# WHAT TO WORK ON
Word for word, transcribe the data below from the line with "#41=AXIS2_PLACEMENT_3D('',#29,#39,#40);" to the line with "#74=ORIENTED_EDGE('',*,*,#73,.F.);", keeping both of those lines.

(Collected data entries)

● ● ● ● ● ● ●

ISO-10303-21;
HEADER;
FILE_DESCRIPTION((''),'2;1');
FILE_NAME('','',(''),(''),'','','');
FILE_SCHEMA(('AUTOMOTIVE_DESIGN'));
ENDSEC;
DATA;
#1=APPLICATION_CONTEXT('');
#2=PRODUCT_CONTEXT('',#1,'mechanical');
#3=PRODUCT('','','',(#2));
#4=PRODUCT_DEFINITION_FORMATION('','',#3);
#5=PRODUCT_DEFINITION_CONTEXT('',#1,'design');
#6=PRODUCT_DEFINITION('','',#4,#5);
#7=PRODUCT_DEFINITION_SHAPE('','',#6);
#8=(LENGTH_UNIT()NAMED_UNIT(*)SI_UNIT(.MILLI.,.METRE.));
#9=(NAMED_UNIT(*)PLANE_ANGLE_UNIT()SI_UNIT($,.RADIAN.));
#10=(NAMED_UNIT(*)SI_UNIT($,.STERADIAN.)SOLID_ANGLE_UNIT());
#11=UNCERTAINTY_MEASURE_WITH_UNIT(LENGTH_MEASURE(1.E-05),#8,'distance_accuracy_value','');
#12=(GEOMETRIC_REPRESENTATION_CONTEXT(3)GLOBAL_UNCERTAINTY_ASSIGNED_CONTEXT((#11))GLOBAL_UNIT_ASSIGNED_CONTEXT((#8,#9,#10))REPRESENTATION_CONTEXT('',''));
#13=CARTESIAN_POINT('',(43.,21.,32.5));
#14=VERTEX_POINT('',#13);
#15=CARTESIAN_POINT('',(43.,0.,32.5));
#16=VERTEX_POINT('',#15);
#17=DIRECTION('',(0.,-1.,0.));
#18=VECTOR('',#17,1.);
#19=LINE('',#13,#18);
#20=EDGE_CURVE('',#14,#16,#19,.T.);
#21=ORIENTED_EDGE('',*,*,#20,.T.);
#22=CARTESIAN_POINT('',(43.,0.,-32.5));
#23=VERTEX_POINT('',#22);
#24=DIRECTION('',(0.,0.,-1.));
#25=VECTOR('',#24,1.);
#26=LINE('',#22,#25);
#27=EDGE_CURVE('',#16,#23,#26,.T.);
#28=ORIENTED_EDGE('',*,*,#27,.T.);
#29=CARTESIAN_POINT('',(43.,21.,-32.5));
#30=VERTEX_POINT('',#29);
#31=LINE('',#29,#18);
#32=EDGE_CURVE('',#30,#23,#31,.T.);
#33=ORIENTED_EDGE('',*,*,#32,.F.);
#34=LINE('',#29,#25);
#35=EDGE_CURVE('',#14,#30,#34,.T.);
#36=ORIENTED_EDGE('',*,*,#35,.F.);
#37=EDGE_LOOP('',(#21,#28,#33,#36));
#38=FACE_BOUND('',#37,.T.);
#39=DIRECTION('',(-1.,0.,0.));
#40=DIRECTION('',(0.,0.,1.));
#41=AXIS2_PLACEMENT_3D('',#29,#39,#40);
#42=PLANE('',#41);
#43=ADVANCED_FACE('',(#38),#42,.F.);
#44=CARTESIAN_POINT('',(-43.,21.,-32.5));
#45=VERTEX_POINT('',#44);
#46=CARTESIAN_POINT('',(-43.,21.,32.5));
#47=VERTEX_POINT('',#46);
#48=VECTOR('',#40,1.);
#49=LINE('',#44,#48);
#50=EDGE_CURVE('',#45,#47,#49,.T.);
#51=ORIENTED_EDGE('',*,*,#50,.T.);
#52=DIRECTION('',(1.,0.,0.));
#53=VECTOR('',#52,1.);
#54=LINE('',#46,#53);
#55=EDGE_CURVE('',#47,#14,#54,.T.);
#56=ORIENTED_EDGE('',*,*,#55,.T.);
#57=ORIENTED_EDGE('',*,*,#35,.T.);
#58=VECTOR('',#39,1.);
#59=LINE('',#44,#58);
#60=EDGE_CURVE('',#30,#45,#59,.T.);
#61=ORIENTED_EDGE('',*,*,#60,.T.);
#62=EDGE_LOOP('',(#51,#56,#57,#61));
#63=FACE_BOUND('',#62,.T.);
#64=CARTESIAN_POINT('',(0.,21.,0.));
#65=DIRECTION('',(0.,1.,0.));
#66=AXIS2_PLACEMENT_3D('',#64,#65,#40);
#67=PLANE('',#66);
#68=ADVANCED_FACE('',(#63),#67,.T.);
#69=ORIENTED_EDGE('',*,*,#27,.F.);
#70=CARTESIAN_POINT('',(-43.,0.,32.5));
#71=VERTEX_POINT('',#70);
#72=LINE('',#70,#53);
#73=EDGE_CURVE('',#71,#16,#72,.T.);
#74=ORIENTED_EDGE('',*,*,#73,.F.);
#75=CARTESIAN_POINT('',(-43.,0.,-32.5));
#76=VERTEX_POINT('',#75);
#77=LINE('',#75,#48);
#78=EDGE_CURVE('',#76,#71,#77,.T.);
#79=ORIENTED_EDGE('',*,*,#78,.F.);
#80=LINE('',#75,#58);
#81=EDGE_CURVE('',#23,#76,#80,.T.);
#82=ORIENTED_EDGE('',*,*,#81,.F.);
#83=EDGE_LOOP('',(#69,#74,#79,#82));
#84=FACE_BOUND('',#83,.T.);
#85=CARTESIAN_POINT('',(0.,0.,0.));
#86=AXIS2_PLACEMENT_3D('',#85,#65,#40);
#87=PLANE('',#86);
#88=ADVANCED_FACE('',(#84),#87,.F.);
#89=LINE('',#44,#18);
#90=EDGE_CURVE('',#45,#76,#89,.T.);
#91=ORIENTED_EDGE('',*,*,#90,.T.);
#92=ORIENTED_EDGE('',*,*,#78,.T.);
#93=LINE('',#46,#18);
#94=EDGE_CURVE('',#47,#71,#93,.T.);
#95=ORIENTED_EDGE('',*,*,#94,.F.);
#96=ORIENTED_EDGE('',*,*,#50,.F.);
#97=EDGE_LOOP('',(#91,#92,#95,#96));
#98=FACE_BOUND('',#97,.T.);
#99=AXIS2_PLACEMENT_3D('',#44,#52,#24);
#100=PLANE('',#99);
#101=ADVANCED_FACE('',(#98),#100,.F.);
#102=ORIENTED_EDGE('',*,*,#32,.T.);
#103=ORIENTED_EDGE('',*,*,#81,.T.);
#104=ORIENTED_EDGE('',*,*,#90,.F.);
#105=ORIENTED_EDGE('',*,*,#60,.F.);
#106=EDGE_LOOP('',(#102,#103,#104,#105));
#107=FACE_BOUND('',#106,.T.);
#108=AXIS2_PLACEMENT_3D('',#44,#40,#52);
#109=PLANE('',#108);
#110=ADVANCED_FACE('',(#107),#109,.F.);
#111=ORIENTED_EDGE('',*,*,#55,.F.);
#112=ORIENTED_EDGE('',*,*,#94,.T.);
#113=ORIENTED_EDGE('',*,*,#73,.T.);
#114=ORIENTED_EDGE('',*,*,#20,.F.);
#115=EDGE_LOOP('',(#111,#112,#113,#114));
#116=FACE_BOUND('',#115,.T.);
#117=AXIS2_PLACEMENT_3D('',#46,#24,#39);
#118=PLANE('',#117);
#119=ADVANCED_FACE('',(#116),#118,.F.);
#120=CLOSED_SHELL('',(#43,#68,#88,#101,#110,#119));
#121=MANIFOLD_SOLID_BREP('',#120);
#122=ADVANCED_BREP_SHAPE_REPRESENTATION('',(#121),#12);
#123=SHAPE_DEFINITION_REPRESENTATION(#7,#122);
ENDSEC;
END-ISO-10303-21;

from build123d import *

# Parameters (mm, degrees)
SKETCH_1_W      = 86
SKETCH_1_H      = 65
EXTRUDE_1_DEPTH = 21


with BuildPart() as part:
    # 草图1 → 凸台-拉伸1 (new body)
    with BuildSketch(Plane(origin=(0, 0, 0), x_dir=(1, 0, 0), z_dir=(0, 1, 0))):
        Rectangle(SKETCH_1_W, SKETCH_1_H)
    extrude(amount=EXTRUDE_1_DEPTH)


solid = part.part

● ● ● ● ● ● ●

# OUTPUT FOR THIS TASK
#41=AXIS2_PLACEMENT_3D('',#29,#39,#40);
#42=PLANE('',#41);
#43=ADVANCED_FACE('',(#38),#42,.F.);
#44=CARTESIAN_POINT('',(-43.,21.,-32.5));
#45=VERTEX_POINT('',#44);
#46=CARTESIAN_POINT('',(-43.,21.,32.5));
#47=VERTEX_POINT('',#46);
#48=VECTOR('',#40,1.);
#49=LINE('',#44,#48);
#50=EDGE_CURVE('',#45,#47,#49,.T.);
#51=ORIENTED_EDGE('',*,*,#50,.T.);
#52=DIRECTION('',(1.,0.,0.));
#53=VECTOR('',#52,1.);
#54=LINE('',#46,#53);
#55=EDGE_CURVE('',#47,#14,#54,.T.);
#56=ORIENTED_EDGE('',*,*,#55,.T.);
#57=ORIENTED_EDGE('',*,*,#35,.T.);
#58=VECTOR('',#39,1.);
#59=LINE('',#44,#58);
#60=EDGE_CURVE('',#30,#45,#59,.T.);
#61=ORIENTED_EDGE('',*,*,#60,.T.);
#62=EDGE_LOOP('',(#51,#56,#57,#61));
#63=FACE_BOUND('',#62,.T.);
#64=CARTESIAN_POINT('',(0.,21.,0.));
#65=DIRECTION('',(0.,1.,0.));
#66=AXIS2_PLACEMENT_3D('',#64,#65,#40);
#67=PLANE('',#66);
#68=ADVANCED_FACE('',(#63),#67,.T.);
#69=ORIENTED_EDGE('',*,*,#27,.F.);
#70=CARTESIAN_POINT('',(-43.,0.,32.5));
#71=VERTEX_POINT('',#70);
#72=LINE('',#70,#53);
#73=EDGE_CURVE('',#71,#16,#72,.T.);
#74=ORIENTED_EDGE('',*,*,#73,.F.);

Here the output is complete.